Banner

Yoni, een intiem succesverhaal

26 april 2018

Als ze van haar medisch specialist het advies krijgt tampons en maandverband van biologisch katoen te gaan gebruiken, gaat er bij Mariah Mansvelt Beck een knop om. “Op geen enkele verpakking stonden ingrediënten vermeld!” Het is het begin van een succesverhaal. Want acht jaar later verkoopt Yoni haar biologische producten in 850 Albert Heijn-supermarkten. Het buitenland is de volgende stap.

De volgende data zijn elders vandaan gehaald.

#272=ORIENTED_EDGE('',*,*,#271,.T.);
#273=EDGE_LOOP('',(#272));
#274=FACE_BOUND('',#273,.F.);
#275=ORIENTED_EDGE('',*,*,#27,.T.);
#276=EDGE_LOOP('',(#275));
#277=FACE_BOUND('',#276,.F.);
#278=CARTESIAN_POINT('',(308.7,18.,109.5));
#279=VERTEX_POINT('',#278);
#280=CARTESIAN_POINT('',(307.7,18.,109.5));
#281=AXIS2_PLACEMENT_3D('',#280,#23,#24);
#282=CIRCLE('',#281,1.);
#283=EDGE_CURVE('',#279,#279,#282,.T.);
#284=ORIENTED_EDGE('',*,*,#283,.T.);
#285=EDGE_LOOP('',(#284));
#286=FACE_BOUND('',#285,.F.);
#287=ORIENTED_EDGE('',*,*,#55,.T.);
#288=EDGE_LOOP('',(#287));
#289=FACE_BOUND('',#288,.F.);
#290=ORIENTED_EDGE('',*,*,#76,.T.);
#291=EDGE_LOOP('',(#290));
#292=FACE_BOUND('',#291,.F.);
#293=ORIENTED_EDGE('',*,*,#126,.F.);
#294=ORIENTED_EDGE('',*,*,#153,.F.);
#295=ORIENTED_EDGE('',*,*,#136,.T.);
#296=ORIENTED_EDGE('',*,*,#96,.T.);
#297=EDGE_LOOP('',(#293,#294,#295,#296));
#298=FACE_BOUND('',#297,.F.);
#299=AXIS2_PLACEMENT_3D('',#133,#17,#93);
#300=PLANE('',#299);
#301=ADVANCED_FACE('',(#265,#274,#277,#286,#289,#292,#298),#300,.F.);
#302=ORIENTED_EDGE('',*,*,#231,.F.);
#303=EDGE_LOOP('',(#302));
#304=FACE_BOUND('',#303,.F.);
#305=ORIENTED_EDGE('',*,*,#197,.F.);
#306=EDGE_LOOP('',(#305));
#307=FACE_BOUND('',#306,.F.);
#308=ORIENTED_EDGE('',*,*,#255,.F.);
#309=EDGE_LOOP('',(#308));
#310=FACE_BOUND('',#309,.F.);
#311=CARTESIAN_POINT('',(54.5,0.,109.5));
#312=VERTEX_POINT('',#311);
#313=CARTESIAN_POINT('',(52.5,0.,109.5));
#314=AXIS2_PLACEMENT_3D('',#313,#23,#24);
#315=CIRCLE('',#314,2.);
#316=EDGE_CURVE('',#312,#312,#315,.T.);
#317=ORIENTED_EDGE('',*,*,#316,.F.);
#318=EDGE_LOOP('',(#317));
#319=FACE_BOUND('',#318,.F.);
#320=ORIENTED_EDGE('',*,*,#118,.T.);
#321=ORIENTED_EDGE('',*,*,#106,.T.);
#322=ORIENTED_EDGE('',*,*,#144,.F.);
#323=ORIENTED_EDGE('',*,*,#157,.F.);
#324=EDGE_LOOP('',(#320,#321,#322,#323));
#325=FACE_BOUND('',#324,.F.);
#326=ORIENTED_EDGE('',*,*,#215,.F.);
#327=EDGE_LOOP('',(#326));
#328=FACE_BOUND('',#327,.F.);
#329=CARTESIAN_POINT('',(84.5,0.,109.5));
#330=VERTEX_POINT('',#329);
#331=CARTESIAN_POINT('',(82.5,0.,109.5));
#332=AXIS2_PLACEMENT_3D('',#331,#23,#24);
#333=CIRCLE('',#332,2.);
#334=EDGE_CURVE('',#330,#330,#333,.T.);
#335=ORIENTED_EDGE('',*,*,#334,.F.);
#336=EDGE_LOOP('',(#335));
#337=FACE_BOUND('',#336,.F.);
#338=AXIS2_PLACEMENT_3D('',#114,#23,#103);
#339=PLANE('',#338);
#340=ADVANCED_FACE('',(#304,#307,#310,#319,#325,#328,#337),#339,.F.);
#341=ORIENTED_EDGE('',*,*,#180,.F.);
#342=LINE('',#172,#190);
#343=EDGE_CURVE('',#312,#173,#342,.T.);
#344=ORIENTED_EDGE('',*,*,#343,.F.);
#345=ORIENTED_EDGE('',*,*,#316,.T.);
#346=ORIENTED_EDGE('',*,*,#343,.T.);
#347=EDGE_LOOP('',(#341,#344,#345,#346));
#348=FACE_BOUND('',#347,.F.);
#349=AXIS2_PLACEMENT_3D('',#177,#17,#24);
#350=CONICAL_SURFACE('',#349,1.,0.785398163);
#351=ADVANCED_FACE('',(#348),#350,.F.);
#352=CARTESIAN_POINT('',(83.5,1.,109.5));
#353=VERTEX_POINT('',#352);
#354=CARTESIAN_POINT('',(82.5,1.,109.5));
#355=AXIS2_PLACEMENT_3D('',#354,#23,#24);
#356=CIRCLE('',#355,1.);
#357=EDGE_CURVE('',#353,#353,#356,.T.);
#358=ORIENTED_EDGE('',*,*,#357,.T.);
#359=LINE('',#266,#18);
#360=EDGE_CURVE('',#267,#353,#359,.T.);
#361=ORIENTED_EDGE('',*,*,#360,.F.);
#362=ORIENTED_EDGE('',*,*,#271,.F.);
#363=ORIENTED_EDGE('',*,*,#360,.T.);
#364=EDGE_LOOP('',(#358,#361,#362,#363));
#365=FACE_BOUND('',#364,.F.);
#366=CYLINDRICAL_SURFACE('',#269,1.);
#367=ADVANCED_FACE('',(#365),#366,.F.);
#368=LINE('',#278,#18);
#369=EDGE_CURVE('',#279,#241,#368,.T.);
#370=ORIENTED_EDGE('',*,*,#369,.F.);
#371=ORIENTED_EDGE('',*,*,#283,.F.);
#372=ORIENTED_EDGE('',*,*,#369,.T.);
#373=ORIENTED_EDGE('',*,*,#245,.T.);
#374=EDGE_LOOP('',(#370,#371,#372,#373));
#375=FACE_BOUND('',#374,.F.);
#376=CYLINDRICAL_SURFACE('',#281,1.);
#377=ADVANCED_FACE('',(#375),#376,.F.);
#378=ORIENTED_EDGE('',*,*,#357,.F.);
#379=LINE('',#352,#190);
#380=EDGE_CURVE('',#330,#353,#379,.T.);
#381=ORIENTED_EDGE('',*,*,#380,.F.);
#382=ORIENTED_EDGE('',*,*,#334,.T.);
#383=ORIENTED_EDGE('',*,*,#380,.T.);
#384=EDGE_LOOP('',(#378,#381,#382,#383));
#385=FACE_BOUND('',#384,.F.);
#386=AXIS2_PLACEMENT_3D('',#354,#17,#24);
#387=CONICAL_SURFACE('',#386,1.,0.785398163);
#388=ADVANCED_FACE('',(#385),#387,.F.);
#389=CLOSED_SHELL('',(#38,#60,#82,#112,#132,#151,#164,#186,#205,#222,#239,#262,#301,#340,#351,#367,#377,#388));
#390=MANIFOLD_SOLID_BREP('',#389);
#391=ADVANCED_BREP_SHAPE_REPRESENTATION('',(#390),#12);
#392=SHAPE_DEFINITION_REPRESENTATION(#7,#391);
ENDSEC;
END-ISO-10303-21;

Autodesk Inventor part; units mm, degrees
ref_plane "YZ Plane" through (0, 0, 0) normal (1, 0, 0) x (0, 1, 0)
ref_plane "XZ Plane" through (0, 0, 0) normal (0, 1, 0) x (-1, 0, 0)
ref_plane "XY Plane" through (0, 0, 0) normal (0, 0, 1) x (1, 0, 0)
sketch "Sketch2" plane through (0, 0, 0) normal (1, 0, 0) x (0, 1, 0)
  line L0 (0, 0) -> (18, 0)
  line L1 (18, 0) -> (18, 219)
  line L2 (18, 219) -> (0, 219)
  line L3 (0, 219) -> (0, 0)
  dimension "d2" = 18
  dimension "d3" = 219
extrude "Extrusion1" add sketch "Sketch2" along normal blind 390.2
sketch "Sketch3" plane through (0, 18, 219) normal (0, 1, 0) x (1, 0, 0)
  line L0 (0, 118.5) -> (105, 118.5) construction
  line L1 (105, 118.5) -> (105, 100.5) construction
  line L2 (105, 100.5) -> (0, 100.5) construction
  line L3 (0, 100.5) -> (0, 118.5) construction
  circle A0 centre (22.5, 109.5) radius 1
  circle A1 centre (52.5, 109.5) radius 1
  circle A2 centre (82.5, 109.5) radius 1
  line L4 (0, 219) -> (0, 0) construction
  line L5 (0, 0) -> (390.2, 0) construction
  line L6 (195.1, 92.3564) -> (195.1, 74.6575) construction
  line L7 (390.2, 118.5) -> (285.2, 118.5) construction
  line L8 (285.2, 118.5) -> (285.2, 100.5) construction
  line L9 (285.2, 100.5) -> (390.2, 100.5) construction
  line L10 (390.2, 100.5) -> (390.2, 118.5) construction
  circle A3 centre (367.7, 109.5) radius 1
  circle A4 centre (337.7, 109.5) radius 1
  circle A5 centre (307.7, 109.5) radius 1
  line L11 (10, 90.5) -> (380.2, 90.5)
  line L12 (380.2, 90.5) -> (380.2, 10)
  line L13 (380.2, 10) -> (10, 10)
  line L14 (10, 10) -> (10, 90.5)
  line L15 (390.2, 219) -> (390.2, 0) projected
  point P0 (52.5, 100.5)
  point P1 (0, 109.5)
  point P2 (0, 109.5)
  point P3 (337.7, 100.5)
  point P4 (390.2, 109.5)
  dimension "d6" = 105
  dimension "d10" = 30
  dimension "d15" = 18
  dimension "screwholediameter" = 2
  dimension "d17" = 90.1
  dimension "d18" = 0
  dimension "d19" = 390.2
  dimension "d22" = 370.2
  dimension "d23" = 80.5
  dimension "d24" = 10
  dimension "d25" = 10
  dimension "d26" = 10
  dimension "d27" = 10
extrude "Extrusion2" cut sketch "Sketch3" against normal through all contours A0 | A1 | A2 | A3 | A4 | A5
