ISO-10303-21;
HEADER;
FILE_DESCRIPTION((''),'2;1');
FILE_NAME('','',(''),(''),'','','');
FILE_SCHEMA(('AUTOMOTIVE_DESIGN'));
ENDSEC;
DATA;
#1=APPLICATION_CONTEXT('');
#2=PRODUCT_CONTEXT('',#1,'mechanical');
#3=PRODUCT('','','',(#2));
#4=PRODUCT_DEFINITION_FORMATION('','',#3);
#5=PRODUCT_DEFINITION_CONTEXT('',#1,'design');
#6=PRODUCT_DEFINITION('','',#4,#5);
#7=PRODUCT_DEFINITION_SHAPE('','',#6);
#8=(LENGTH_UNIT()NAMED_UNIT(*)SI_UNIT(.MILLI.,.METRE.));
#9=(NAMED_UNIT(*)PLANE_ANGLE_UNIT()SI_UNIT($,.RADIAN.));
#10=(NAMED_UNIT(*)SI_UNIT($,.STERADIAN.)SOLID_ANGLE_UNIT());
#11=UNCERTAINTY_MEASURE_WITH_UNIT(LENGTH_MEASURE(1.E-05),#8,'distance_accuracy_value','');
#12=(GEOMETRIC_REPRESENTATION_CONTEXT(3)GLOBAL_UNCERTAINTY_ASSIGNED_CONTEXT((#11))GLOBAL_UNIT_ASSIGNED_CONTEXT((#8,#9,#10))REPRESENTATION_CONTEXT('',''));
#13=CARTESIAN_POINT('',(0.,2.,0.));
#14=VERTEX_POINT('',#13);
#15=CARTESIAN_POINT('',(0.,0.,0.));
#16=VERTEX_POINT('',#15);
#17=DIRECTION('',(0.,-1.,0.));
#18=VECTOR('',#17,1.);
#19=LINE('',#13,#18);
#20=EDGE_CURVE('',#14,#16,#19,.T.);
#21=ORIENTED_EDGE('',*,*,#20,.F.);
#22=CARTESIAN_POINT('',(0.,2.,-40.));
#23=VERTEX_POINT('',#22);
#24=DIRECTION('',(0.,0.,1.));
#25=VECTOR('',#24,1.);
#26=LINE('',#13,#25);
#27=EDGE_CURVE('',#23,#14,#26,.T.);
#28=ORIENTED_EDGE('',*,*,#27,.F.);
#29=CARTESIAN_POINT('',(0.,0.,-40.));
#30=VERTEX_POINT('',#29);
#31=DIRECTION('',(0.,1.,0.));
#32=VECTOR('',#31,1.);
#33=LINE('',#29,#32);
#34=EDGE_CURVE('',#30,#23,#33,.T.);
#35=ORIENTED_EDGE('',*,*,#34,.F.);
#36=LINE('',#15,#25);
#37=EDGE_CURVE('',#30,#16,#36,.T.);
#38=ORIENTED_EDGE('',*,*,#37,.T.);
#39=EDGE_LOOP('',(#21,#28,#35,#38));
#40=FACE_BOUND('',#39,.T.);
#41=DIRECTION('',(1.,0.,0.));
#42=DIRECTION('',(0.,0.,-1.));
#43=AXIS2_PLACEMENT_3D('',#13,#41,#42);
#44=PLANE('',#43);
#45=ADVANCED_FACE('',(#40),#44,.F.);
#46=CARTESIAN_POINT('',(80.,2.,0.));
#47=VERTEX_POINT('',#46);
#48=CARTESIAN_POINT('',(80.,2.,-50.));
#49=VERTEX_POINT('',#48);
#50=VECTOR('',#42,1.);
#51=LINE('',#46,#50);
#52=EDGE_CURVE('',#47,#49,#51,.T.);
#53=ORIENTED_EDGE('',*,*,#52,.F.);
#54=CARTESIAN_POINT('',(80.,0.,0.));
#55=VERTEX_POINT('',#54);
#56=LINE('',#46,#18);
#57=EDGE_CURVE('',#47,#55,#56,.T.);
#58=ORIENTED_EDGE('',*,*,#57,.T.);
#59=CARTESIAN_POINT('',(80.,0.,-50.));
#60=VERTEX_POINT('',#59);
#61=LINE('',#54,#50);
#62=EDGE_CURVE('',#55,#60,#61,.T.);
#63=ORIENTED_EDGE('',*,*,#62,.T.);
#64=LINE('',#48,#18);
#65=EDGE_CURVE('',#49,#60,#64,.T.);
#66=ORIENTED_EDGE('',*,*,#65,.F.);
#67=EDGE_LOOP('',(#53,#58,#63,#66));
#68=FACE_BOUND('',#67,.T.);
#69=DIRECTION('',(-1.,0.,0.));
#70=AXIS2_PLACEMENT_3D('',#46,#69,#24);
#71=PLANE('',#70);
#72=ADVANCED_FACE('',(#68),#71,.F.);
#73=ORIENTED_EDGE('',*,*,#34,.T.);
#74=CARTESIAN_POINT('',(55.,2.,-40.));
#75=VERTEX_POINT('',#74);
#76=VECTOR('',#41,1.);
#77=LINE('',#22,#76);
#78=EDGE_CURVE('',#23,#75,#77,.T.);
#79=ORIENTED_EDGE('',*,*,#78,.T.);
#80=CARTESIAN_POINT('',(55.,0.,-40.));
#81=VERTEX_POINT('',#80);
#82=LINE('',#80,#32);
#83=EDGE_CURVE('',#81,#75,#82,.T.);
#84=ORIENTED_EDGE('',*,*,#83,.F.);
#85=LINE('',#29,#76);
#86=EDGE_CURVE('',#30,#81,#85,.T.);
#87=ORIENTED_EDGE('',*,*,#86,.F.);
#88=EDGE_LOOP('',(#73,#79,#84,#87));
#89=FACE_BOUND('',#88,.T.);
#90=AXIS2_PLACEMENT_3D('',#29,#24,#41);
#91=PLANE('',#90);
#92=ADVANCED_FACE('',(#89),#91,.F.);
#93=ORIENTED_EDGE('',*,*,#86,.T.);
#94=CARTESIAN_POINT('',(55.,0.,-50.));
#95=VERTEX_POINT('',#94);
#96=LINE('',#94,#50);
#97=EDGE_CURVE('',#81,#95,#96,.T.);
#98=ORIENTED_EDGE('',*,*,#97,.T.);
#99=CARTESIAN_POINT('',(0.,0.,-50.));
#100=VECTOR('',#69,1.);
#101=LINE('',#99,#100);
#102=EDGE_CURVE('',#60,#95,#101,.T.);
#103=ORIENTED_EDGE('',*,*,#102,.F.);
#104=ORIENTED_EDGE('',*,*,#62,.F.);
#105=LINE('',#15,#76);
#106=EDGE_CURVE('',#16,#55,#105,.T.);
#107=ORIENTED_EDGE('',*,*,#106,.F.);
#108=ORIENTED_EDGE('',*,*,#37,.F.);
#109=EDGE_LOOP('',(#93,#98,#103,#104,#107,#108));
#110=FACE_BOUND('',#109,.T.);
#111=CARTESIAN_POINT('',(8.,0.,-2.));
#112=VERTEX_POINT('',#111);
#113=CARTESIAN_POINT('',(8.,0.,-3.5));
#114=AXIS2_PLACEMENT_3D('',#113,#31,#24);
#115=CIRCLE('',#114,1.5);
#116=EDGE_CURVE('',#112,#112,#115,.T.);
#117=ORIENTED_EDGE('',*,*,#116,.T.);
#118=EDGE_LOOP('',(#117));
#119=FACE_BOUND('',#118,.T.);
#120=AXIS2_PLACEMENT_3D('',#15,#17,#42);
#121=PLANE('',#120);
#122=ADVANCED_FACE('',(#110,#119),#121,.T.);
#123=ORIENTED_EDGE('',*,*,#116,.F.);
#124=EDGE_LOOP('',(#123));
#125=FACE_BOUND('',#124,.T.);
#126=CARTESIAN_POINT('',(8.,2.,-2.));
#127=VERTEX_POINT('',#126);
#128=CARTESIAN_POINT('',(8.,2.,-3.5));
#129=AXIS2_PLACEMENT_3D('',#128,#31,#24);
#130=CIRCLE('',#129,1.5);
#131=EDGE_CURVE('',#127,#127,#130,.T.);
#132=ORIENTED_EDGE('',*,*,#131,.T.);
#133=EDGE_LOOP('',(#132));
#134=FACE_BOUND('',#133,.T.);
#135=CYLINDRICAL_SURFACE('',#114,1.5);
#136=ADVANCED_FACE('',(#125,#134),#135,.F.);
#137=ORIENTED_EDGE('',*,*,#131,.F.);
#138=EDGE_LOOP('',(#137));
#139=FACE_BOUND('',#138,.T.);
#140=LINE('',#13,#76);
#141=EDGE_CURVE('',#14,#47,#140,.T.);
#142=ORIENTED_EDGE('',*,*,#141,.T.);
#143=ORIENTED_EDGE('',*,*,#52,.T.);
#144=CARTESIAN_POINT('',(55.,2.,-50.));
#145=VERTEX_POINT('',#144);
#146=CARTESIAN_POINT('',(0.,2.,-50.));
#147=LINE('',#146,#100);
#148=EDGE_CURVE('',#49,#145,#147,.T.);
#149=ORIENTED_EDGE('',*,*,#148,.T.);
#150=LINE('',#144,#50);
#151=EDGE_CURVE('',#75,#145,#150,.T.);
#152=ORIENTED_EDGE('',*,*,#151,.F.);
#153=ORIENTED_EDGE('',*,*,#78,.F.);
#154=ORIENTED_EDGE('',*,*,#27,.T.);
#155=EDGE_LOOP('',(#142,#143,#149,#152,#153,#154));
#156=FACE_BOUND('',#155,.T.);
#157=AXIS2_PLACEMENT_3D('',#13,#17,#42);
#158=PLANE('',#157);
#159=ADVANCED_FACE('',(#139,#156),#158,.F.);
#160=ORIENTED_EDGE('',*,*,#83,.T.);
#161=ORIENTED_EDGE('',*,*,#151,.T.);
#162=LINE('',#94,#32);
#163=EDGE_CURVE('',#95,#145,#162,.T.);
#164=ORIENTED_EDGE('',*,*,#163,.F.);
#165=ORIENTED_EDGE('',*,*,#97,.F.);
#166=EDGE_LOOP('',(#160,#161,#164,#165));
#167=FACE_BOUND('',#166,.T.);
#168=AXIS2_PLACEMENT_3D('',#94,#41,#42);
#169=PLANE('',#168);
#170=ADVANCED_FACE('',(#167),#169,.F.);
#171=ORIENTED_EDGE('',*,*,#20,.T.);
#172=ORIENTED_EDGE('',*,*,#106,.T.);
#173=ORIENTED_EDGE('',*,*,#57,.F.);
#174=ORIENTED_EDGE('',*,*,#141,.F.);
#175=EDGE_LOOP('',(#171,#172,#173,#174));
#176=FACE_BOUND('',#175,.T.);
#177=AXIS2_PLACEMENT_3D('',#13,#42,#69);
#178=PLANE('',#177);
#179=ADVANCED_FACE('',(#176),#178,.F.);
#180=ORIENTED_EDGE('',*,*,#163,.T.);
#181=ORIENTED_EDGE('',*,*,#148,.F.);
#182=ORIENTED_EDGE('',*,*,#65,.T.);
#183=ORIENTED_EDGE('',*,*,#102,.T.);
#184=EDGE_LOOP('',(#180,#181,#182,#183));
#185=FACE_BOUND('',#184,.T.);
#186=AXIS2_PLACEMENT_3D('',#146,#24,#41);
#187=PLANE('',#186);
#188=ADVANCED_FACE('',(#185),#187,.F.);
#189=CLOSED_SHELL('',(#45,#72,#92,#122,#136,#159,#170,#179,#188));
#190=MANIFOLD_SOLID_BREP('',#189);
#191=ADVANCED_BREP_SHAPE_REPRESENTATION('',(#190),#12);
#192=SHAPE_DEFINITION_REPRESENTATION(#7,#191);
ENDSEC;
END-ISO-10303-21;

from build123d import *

# Parameters (mm, degrees)
SKETCH1_W           = 80
SKETCH1_H           = 50
BOSS_EXTRUDE1_DEPTH = 2
SKETCH2_R           = 1.5
CUT_EXTRUDE1_DEPTH  = 2
SKETCH3_W           = 55
SKETCH3_H           = 10
CUT_EXTRUDE2_DEPTH  = 95.361008897


with BuildPart() as part:
    # Sketch1 → Boss-Extrude1 (new body)
    with BuildSketch(Plane(origin=(0, 0, 0), x_dir=(1, 0, 0), z_dir=(0, 1, 0))):
        with Locations((40, 25)):
            Rectangle(SKETCH1_W, SKETCH1_H)
    extrude(amount=BOSS_EXTRUDE1_DEPTH)

    # Sketch2 → Cut-Extrude1 (cut)
    with BuildSketch(Plane(origin=(0, 2, 0), x_dir=(1, 0, 0), z_dir=(0, 1, 0))):
        with Locations(Location((8, 3.5, 0), (0, 0, 270))):
            Circle(SKETCH2_R)
    extrude(amount=-CUT_EXTRUDE1_DEPTH, mode=Mode.SUBTRACT)

    # Sketch3 → Cut-Extrude2 (cut, through all)
    with BuildSketch(Plane(origin=(0, 2, 0), x_dir=(1, 0, 0), z_dir=(0, 1, 0))):
        with Locations((27.5, 45)):
            Rectangle(SKETCH3_W, SKETCH3_H)
    extrude(amount=-CUT_EXTRUDE2_DEPTH, mode=Mode.SUBTRACT)


solid = part.part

Het voelde als een overwinning, de dag dat Yoni in de schappen van Albert Heijn lag. “We wilden twee dingen met Yoni: dat alle vrouwen het recht hebben om te weten waar intieme producten van gemaakt zijn. En dat die producten op ieder schap staan, niet alleen maar bij gespecialiseerde biologische winkels waarvoor vrouwen moeten omfietsen.” Tot de komst van Yoni wisten maar heel weinig vrouwen waar tampons en maandverband van gemaakt zijn. Mariah: “Zelfs op tandpasta staat wat erin een tube zit. Maar bij intieme producten mag je blijkbaar niet weten waar het van gemaakt is. Terwijl veel vrouwen gevoelig kunnen zijn voor synthetische stoffen zoals plastic en parfum.” Samen met haar vriendin Wendelien Hebly besluiten zij de bio-katoenen variant populair te maken. De twee worden ondernemer. Yoni - Sanskriet voor ‘vagina’ - is geboren. Een crowdfundingcampagne levert niet alleen een startkapitaaltje op, maar ook veel free publicity. “We hebben toen onze eerste bestelling geplaatst en zijn begin 2015 begonnen.”

Etos eerste grote afnemer

Vanaf dat moment gaat het hard. Yoni komt op de schappen van Marqt, hun eerste keten. Etos belt, gealarmeerd door de geslaagde crowdfundingactie. Het klinkt niet als de
doorsnee-startup, die moeite moet doen om op het schap te komen. Integendeel, de twee initiatiefnemers kunnen aan alle kanten op sympathie rekenen. Mariah: “In het begin wil
je alles zelf doen. Maar je komt er al snel achter dat anderen dingen beter kunnen dan jij. Thonik, een bekend designbureau, heeft ons geholpen om onze verpakkingen te
ontwerpen. Zij hebben er zelfs een designprijs mee gewonnen. PricewaterhouseCoopers stelde kennis en kantoorruimte beschikbaar, al zijn we inmiddels verhuisd. Wij mochten ons verhaal doen bij TEDx Amsterdam Women. Nou, ik kan je wel zeggen: als je een TEDx-filmpje stuurt van je idee met de boodschap ‘kijk maar, dit is ons verhaal’, dan komt dat net even lekkerder binnen dan een gewoon mailtje. En via TEDx kwamen we weer aan Clifford Chance, een advocatenkantoor dat ons bijstond bij de keus van onder andere een structuur.”
Tegenwoordig bestaat Yoni niet alleen meer uit Wendelien en Mariah. Het team groeit, en daarmee is Mariahs rol veranderd. “Ik kan en hoef niet meer alles zelf te doen.
Ik ben nu vooral medewerkers aan het coachen, het merk bewaken, Yoni op podia presenteren. Ik kan nu dingen loslaten.”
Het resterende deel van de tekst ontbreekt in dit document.